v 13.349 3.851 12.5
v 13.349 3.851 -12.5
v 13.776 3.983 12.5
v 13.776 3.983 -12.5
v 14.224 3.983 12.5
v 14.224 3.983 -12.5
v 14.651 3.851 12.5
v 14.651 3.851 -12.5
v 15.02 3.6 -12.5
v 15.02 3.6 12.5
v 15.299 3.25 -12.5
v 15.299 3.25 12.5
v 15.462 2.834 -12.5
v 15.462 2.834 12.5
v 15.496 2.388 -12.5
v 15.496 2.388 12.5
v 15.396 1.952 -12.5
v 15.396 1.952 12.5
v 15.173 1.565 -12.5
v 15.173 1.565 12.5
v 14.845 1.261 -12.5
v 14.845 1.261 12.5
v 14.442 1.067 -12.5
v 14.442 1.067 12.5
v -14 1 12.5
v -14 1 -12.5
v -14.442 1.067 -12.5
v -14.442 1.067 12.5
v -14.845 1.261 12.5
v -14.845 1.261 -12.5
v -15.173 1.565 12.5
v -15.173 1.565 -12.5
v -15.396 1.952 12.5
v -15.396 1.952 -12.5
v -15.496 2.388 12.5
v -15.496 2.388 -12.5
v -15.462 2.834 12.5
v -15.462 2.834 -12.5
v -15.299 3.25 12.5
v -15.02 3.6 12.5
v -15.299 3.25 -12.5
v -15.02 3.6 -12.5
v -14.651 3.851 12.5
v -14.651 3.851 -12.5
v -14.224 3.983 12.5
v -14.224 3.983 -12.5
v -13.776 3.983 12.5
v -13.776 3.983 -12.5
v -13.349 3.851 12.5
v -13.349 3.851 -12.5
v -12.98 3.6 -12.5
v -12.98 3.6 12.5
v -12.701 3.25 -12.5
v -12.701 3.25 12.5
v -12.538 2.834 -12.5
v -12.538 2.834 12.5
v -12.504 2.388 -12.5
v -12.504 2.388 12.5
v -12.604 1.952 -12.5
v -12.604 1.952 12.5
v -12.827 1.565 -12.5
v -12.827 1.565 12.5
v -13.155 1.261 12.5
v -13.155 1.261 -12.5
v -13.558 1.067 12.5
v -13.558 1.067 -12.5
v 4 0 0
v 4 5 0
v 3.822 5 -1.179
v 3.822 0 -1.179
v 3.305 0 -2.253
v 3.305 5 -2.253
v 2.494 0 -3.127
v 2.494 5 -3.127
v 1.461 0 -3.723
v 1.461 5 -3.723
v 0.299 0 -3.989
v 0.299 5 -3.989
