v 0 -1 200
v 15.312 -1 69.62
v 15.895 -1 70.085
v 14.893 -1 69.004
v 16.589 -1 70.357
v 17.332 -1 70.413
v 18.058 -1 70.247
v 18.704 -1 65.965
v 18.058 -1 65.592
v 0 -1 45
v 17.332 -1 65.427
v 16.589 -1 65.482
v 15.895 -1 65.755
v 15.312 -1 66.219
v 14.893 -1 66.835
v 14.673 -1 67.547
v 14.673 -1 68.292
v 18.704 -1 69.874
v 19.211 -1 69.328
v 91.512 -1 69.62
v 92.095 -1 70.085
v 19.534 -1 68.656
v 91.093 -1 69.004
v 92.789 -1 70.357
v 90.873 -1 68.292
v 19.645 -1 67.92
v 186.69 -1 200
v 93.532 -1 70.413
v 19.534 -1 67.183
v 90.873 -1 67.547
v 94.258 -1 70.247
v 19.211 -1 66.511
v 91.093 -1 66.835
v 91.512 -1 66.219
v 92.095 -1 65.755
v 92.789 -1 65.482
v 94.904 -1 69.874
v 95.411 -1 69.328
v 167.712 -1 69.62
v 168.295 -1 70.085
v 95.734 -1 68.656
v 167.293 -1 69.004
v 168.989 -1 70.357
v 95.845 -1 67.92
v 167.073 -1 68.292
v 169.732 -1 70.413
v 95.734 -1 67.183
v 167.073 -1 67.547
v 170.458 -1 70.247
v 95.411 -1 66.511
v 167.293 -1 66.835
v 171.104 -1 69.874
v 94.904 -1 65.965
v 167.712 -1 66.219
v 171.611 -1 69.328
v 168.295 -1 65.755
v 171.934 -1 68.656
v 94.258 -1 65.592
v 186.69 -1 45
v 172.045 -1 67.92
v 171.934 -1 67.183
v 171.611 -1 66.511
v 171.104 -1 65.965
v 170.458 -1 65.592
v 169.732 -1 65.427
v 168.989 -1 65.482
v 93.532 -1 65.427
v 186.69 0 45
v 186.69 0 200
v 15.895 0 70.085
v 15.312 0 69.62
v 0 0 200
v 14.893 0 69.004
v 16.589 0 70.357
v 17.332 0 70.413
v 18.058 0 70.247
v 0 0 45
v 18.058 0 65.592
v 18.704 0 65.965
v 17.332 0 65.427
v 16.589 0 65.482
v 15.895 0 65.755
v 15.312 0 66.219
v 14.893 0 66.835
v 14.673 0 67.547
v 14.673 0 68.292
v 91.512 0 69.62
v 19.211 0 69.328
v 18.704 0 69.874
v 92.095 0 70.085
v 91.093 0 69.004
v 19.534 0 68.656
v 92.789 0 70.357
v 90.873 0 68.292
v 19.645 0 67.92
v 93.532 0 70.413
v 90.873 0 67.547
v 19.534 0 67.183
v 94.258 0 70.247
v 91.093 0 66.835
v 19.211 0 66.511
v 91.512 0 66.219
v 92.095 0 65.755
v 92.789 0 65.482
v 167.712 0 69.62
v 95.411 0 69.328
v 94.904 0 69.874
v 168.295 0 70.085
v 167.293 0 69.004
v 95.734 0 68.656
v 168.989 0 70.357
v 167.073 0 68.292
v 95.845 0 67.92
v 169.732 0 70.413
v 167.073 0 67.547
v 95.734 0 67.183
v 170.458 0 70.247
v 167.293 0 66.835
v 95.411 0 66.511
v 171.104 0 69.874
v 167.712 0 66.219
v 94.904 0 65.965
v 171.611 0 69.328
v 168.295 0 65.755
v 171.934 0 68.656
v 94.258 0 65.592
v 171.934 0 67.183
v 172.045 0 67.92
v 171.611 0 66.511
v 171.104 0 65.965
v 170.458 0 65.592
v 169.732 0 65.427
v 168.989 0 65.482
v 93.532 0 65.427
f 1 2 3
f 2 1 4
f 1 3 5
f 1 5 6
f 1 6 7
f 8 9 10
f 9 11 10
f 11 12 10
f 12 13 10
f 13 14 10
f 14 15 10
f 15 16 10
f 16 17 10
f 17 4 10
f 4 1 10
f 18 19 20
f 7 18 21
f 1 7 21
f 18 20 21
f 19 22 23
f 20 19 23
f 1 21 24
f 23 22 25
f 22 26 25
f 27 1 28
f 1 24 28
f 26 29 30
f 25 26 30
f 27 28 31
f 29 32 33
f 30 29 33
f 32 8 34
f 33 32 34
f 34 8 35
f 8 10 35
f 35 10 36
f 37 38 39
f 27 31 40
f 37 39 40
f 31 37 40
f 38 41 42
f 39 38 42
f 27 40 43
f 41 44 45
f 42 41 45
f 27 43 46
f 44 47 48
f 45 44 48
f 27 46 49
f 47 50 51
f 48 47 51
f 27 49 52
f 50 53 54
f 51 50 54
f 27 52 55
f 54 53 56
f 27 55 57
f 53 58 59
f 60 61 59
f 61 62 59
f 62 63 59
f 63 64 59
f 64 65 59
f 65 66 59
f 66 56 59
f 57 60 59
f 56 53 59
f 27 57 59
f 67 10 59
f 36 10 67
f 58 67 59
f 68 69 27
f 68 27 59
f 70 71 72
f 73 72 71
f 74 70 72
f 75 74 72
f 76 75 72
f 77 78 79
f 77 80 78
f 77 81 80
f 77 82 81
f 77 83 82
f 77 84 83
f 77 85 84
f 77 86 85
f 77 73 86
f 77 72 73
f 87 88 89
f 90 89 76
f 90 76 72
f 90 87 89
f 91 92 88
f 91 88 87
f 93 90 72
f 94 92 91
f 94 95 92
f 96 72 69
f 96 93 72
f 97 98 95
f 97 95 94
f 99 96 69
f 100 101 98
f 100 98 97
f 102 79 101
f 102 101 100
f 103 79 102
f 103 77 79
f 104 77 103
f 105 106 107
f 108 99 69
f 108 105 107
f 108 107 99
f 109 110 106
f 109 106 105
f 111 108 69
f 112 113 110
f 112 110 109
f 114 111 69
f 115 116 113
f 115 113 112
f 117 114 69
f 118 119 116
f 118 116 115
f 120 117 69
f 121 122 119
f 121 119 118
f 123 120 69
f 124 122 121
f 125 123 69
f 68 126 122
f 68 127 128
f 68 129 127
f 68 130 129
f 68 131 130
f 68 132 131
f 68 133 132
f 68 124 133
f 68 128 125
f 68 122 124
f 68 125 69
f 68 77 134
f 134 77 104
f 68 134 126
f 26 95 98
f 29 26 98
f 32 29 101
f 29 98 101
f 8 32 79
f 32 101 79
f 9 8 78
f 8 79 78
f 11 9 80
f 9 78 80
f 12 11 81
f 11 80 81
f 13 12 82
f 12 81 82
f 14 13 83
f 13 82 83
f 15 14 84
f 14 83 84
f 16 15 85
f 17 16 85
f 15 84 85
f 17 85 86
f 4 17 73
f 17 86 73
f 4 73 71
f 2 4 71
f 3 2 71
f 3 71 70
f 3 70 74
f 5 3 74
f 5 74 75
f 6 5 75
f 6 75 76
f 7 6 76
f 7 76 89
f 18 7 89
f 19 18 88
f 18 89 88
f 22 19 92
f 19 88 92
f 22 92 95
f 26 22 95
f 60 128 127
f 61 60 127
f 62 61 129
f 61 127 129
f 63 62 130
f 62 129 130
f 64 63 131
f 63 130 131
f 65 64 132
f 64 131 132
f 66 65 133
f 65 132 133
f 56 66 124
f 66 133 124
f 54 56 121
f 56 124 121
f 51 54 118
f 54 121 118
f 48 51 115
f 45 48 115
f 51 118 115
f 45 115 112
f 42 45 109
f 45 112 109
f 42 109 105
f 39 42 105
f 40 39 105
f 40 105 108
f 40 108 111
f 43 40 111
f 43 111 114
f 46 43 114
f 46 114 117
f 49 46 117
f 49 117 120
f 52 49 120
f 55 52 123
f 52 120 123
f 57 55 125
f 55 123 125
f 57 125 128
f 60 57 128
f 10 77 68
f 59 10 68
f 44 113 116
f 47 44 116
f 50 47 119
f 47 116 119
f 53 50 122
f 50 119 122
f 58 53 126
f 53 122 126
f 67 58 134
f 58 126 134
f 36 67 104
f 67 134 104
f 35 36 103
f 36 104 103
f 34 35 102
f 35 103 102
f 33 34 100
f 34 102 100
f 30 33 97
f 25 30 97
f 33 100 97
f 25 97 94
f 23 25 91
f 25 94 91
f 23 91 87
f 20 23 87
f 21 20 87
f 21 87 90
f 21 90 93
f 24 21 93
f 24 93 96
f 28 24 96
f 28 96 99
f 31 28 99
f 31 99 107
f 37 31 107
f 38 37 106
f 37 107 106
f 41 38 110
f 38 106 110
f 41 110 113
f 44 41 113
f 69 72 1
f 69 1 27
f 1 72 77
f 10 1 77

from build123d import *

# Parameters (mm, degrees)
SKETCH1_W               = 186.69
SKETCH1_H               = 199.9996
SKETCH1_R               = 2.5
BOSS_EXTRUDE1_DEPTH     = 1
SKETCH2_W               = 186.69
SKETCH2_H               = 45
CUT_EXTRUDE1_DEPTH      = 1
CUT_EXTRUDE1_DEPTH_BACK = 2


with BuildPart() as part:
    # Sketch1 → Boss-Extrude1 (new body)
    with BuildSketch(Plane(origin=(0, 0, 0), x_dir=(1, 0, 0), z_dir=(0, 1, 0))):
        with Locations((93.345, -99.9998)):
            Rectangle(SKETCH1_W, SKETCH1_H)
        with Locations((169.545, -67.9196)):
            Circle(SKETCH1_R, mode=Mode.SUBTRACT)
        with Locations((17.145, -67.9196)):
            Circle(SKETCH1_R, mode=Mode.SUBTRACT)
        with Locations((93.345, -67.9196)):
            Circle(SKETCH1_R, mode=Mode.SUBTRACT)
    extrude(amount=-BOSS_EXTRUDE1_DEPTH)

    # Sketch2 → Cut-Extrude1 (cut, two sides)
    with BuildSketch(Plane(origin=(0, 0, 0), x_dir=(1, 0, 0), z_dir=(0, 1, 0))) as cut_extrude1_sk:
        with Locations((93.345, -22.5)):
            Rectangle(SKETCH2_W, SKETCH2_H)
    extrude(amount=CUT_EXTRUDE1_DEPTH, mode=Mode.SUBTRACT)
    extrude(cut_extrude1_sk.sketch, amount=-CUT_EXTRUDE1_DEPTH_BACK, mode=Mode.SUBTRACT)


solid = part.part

> [PROBLEM]: Reproduce only the lines above, starting at the line with "v 3.822 5 -1.179" and ending at the line with "v 167.293 -1 66.835", exactly as written.

> [COMPLETED EXERCISE]:
v 3.822 5 -1.179
v 3.822 0 -1.179
v 3.305 0 -2.253
v 3.305 5 -2.253
v 2.494 0 -3.127
v 2.494 5 -3.127
v 1.461 0 -3.723
v 1.461 5 -3.723
v 0.299 0 -3.989
v 0.299 5 -3.989
v 0 -1 200
v 15.312 -1 69.62
v 15.895 -1 70.085
v 14.893 -1 69.004
v 16.589 -1 70.357
v 17.332 -1 70.413
v 18.058 -1 70.247
v 18.704 -1 65.965
v 18.058 -1 65.592
v 0 -1 45
v 17.332 -1 65.427
v 16.589 -1 65.482
v 15.895 -1 65.755
v 15.312 -1 66.219
v 14.893 -1 66.835
v 14.673 -1 67.547
v 14.673 -1 68.292
v 18.704 -1 69.874
v 19.211 -1 69.328
v 91.512 -1 69.62
v 92.095 -1 70.085
v 19.534 -1 68.656
v 91.093 -1 69.004
v 92.789 -1 70.357
v 90.873 -1 68.292
v 19.645 -1 67.92
v 186.69 -1 200
v 93.532 -1 70.413
v 19.534 -1 67.183
v 90.873 -1 67.547
v 94.258 -1 70.247
v 19.211 -1 66.511
v 91.093 -1 66.835
v 91.512 -1 66.219
v 92.095 -1 65.755
v 92.789 -1 65.482
v 94.904 -1 69.874
v 95.411 -1 69.328
v 167.712 -1 69.62
v 168.295 -1 70.085
v 95.734 -1 68.656
v 167.293 -1 69.004
v 168.989 -1 70.357
v 95.845 -1 67.92
v 167.073 -1 68.292
v 169.732 -1 70.413
v 95.734 -1 67.183
v 167.073 -1 67.547
v 170.458 -1 70.247
v 95.411 -1 66.511
v 167.293 -1 66.835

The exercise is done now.